*** Task input ***

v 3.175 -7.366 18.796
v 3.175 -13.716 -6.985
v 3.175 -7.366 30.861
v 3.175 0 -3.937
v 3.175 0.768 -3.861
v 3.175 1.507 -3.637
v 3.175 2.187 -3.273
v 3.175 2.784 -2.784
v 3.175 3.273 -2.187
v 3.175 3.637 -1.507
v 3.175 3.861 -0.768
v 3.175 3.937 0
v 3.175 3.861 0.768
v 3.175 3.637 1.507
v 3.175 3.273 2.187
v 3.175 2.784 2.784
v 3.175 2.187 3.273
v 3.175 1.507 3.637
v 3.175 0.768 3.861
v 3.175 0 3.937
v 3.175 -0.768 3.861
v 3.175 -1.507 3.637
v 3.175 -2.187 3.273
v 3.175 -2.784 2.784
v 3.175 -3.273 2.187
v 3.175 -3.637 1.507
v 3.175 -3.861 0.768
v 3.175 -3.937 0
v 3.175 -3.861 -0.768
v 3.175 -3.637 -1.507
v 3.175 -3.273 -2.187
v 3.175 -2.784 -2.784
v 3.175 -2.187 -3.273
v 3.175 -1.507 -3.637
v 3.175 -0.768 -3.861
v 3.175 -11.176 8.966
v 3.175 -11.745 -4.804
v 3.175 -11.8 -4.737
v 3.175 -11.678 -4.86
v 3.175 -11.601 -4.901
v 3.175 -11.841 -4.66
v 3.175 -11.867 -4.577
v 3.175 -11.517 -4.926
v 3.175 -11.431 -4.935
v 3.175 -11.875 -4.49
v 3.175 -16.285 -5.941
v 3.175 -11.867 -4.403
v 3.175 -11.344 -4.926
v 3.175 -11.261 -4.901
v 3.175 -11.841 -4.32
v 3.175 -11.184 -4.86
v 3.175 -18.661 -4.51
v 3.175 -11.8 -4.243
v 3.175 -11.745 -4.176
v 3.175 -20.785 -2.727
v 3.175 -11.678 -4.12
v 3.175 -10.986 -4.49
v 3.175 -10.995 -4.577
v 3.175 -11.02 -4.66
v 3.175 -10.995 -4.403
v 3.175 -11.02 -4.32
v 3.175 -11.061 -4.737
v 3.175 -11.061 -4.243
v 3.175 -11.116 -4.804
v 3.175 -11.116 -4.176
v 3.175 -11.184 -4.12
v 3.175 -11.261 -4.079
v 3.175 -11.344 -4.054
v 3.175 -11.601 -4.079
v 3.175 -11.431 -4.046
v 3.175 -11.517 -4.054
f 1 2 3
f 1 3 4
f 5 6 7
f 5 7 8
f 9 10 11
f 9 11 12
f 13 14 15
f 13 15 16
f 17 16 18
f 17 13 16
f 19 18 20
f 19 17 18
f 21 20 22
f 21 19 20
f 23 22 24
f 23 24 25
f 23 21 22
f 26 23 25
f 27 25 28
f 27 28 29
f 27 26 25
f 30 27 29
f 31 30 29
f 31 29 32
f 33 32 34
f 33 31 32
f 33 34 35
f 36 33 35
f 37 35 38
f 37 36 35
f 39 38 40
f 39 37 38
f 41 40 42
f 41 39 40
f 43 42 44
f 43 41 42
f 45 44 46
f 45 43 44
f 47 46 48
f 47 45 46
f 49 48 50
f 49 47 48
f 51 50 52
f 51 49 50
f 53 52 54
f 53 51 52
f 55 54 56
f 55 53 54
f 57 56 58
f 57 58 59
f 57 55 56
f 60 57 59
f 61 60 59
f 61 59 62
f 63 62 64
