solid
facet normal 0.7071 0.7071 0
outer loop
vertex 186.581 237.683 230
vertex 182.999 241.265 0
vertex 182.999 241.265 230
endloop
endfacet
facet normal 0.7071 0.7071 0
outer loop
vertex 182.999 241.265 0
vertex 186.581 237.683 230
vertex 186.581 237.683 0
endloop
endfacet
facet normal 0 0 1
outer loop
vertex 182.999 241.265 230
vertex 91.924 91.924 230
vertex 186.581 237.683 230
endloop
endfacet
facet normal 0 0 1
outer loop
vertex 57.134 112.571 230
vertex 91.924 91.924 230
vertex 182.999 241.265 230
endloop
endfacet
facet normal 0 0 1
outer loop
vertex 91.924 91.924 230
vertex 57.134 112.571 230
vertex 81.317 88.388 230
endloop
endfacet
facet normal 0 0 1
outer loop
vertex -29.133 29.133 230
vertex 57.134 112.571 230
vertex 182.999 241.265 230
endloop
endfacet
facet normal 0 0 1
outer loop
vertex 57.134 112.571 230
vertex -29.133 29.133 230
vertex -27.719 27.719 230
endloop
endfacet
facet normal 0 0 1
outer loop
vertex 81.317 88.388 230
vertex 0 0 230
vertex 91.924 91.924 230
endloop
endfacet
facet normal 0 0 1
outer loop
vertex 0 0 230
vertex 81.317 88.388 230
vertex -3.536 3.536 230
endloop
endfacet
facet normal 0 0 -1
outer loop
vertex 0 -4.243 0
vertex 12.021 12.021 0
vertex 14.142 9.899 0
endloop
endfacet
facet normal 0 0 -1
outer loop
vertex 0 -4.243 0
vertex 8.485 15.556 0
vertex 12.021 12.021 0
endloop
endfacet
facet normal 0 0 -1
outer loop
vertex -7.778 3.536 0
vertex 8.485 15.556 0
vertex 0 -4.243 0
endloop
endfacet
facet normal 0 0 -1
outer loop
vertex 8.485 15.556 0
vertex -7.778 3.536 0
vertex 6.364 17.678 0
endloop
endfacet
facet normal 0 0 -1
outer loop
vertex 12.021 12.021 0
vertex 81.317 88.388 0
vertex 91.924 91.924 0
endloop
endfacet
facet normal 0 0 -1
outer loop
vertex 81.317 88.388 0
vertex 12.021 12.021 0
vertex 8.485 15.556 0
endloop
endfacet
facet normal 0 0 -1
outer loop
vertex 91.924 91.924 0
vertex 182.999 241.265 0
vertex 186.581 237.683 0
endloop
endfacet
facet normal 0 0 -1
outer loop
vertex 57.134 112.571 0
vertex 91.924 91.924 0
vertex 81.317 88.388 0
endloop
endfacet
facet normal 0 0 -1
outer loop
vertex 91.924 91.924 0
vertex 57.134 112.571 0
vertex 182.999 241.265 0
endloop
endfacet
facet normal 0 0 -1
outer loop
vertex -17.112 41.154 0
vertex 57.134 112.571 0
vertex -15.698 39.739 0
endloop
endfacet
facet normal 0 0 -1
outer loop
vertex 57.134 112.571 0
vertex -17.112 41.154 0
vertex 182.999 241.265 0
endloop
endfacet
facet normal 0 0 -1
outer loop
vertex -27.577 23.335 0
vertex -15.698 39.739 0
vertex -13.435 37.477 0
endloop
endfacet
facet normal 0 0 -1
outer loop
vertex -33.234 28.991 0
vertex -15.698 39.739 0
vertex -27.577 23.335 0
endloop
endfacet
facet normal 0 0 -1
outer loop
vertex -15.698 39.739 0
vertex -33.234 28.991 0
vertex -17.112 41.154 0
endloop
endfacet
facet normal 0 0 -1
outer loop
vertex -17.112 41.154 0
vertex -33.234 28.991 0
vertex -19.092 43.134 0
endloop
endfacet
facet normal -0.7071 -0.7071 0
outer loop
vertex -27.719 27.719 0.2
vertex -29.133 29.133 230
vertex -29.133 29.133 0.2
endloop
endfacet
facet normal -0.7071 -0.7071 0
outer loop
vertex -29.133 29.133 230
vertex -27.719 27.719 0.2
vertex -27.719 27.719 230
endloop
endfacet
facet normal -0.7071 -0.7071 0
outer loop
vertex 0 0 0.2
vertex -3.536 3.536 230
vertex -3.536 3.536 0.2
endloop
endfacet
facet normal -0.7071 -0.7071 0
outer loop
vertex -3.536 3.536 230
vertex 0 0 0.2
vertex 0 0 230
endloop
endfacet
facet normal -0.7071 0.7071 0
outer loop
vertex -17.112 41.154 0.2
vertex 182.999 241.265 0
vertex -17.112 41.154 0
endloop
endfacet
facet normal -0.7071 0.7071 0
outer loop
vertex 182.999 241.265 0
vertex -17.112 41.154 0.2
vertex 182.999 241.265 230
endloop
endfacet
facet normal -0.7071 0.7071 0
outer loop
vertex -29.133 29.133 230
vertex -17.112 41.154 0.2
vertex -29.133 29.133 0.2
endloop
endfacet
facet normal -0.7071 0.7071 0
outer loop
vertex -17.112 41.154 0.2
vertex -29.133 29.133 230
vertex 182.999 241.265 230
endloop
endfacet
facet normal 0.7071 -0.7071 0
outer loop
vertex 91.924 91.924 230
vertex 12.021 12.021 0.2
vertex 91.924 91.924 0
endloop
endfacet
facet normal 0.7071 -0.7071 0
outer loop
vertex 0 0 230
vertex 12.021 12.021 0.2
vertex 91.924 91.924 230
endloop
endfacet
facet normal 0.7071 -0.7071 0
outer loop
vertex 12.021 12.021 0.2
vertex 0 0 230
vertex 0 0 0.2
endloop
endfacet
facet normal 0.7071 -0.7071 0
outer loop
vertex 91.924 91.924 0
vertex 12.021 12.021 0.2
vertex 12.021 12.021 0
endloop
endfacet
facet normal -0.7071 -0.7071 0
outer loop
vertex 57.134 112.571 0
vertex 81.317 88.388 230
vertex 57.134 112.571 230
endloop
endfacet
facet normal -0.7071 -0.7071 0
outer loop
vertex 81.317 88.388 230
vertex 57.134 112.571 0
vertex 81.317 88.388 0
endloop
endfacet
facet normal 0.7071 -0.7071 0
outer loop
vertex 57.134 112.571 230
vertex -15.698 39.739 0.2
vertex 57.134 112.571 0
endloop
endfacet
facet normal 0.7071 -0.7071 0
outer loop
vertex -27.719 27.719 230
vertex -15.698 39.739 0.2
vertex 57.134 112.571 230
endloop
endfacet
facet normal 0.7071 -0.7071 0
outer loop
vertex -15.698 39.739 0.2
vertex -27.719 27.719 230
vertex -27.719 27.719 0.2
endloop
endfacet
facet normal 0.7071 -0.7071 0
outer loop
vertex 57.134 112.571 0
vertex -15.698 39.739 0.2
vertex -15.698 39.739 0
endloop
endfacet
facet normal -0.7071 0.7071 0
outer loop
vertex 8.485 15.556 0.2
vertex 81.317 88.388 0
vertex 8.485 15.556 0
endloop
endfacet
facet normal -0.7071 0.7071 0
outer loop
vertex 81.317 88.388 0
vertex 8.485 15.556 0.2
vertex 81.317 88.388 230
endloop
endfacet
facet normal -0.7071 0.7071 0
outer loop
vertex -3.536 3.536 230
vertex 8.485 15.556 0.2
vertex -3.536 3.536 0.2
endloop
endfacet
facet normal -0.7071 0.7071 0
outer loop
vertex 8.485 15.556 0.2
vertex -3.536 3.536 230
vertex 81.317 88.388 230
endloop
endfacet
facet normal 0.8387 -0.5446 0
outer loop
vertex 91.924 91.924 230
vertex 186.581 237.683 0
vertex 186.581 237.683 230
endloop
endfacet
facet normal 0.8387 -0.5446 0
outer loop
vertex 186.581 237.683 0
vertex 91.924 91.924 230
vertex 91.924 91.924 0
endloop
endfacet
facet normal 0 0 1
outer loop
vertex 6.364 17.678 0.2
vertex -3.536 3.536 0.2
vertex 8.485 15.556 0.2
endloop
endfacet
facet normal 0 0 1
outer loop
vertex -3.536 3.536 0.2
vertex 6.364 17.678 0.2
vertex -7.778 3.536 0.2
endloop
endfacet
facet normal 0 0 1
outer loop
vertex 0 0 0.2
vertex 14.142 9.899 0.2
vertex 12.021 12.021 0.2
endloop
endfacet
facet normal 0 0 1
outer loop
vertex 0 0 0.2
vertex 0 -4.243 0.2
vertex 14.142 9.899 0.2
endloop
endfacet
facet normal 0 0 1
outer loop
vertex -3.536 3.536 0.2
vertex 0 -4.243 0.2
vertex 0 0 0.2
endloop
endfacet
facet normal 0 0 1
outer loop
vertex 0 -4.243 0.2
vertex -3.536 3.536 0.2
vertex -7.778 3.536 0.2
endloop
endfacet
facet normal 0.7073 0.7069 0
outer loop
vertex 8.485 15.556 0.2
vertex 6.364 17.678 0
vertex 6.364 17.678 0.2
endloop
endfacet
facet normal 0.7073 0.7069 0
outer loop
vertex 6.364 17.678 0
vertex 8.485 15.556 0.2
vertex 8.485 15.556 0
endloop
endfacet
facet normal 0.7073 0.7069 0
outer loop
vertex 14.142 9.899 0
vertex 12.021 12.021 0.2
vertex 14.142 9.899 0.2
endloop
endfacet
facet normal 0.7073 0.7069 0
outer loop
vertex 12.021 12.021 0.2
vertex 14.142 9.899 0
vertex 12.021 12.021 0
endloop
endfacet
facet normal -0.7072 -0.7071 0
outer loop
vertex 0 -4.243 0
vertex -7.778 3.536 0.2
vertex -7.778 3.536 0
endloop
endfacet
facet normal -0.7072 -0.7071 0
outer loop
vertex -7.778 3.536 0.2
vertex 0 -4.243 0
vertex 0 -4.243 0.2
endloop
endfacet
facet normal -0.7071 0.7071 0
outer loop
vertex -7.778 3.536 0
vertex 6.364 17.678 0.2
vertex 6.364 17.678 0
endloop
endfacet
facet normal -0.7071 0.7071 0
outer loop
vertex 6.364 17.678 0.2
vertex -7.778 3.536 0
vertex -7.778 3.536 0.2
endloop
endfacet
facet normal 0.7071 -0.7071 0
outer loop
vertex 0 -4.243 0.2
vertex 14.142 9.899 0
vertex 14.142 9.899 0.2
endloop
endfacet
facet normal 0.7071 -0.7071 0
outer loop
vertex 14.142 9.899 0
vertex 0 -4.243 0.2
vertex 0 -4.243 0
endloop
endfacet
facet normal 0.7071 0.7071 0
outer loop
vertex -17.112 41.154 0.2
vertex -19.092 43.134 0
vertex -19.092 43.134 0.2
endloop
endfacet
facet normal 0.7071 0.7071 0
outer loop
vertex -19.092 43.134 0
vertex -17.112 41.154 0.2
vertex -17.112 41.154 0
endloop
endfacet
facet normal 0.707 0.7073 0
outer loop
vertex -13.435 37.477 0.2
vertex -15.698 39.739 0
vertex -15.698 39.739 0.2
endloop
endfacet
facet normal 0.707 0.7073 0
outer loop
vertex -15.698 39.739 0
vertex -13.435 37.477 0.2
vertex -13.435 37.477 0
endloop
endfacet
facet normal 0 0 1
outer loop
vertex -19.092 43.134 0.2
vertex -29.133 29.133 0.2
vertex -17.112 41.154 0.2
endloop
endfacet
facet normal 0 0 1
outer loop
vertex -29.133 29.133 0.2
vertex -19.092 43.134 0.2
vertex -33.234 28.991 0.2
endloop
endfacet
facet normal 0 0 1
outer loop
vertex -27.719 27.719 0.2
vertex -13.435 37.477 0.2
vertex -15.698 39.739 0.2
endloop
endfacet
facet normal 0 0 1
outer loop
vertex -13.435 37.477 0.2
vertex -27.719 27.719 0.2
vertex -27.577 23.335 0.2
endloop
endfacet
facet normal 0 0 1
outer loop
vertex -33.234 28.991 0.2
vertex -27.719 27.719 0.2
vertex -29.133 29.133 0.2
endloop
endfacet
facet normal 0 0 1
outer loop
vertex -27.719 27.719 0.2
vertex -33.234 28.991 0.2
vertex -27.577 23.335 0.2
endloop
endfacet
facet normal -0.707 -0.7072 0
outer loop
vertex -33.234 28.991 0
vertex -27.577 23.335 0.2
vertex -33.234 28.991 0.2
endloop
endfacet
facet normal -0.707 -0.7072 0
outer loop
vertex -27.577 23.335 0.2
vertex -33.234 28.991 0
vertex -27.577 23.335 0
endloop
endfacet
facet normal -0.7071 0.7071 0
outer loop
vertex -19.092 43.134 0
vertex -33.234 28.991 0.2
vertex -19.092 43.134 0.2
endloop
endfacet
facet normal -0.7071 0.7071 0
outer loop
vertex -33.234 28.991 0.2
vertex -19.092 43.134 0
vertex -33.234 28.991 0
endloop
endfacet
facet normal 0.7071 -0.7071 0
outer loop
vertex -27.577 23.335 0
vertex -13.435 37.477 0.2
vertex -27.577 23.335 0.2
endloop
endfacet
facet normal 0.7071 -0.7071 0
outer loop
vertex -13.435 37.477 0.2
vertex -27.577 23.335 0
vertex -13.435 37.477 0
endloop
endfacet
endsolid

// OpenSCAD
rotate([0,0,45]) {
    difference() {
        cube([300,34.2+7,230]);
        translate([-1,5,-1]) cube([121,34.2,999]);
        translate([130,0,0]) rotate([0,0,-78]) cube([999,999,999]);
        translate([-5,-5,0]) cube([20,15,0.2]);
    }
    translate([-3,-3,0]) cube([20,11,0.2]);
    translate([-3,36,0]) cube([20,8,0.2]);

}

***
*** Task input ***

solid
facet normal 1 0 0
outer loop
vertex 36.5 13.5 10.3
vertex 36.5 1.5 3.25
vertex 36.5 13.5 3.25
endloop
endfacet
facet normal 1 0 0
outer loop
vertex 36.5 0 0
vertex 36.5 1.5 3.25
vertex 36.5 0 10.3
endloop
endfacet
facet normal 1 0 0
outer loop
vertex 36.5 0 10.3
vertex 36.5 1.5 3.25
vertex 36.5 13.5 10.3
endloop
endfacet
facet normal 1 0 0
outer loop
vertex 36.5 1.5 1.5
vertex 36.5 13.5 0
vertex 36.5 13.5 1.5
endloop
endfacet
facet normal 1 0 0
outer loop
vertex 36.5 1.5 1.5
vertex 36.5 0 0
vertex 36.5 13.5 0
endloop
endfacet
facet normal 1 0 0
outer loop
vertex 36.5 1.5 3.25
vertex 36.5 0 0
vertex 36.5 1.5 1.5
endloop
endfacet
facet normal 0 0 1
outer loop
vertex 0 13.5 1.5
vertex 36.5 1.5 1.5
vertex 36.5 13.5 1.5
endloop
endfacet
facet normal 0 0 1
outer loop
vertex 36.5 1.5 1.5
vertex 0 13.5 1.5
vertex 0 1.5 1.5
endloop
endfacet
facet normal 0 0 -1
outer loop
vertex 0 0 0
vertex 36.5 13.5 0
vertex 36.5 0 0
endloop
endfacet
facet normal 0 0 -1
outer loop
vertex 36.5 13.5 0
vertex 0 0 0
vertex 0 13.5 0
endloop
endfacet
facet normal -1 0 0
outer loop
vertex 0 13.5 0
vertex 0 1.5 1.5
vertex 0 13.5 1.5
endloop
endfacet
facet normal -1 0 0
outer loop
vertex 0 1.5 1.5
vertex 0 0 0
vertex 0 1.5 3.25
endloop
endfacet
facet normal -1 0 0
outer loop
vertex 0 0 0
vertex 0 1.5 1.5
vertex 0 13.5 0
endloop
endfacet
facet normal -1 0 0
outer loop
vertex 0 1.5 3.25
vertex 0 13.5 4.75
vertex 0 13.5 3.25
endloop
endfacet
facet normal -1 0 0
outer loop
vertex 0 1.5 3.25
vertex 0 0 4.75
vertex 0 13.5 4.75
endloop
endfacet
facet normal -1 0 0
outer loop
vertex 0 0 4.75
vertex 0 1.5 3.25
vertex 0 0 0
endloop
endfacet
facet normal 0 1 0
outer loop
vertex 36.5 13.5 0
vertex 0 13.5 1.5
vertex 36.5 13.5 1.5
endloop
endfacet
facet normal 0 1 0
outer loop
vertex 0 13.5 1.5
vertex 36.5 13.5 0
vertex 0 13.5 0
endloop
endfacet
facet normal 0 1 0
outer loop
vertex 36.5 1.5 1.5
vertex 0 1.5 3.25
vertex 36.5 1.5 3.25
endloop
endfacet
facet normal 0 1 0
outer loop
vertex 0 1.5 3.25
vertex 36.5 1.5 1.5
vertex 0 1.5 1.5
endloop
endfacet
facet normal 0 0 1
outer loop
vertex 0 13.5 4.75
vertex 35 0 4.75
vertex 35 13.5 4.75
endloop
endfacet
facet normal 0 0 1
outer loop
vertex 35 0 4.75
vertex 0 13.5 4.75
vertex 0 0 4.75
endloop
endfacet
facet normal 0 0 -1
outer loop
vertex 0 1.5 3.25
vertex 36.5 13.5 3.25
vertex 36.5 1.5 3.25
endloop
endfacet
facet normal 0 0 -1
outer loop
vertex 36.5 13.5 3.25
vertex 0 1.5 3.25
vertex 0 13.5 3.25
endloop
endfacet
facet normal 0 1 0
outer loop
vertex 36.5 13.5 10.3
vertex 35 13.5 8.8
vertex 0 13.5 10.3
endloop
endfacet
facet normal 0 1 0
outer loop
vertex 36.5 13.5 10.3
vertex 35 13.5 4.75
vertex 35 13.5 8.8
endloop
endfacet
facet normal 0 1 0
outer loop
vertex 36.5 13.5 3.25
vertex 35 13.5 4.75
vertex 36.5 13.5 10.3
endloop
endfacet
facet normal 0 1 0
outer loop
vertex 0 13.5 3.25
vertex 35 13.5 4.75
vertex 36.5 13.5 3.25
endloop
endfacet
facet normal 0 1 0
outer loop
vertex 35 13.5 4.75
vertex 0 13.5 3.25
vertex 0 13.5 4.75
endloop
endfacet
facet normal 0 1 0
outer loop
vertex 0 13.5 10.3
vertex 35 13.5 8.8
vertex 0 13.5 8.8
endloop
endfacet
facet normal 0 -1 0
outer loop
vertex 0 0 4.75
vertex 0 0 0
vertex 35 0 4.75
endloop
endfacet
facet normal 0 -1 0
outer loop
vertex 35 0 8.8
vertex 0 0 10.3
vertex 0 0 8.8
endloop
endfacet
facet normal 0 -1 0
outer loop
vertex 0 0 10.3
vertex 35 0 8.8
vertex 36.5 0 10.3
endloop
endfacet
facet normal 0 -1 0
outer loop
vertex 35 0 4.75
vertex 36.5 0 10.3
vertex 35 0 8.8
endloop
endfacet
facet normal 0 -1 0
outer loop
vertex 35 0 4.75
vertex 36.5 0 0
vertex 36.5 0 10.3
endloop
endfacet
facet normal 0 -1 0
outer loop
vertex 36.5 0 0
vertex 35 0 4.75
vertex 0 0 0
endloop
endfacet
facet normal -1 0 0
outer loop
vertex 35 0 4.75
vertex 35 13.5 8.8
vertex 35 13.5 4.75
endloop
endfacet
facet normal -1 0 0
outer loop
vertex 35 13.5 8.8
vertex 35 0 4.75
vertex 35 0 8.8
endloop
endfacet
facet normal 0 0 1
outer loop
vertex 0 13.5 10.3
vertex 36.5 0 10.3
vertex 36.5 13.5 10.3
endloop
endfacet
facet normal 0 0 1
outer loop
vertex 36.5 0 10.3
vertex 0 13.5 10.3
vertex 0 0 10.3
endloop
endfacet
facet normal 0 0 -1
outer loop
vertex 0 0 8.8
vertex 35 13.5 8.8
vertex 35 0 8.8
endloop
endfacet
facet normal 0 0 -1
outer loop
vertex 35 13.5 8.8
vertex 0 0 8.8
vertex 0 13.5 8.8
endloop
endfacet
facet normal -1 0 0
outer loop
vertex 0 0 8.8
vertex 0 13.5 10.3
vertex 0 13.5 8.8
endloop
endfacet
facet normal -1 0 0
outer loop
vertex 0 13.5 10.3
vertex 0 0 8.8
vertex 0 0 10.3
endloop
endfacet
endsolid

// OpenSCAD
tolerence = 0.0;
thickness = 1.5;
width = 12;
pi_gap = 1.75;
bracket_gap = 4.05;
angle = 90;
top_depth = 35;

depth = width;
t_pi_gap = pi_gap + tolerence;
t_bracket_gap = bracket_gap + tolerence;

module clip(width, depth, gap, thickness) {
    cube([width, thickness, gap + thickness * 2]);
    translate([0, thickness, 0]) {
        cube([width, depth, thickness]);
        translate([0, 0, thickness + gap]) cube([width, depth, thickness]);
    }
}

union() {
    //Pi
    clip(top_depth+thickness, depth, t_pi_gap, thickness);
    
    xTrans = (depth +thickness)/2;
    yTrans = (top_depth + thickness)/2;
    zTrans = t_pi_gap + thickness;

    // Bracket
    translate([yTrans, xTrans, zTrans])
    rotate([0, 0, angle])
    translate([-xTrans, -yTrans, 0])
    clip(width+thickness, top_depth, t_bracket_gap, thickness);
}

***
*** Task input ***

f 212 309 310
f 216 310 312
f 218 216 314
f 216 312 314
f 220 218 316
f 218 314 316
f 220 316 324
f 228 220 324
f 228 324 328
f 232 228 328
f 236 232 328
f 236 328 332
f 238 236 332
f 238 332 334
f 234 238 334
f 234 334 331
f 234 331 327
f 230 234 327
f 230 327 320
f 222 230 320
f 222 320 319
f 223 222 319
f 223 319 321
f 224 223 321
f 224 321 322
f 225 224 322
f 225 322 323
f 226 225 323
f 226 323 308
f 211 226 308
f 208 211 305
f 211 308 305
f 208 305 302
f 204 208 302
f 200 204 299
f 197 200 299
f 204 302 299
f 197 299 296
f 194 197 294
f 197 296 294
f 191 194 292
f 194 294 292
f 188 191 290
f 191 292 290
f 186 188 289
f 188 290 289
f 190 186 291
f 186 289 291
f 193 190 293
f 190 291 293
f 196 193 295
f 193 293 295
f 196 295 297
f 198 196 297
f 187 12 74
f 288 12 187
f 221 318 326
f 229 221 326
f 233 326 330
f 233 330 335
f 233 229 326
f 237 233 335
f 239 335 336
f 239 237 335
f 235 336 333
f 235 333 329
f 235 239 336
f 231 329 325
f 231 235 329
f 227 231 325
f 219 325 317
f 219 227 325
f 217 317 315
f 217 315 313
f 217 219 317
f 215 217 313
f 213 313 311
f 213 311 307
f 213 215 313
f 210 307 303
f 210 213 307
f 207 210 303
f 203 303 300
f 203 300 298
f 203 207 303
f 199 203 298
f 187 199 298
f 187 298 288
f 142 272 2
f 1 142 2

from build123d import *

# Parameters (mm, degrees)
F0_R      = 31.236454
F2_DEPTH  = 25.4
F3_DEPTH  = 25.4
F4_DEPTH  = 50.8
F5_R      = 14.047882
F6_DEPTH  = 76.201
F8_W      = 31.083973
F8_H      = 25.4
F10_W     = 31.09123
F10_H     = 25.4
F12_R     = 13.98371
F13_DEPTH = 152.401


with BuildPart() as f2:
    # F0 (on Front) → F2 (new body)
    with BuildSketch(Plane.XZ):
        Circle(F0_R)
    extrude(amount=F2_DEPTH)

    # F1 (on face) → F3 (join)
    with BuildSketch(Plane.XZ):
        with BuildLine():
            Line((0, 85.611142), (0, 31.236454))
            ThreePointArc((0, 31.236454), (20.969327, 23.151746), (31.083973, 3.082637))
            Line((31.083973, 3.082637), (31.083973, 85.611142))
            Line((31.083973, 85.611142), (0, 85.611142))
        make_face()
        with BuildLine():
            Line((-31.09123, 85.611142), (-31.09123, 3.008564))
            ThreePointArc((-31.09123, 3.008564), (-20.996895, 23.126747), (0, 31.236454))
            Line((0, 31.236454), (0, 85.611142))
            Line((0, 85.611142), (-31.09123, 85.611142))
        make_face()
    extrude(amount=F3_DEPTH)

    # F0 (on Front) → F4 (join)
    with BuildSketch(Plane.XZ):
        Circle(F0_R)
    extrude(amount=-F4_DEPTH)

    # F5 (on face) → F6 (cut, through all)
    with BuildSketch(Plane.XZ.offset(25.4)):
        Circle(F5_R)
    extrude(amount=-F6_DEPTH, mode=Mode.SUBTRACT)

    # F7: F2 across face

***

- **What the task asks**: Which lines in the records above contain the word "extrude"? Return each of them.

- **Problem solution**:
    extrude(amount=F2_DEPTH)
    extrude(amount=F3_DEPTH)
    extrude(amount=-F4_DEPTH)
    extrude(amount=-F6_DEPTH, mode=Mode.SUBTRACT)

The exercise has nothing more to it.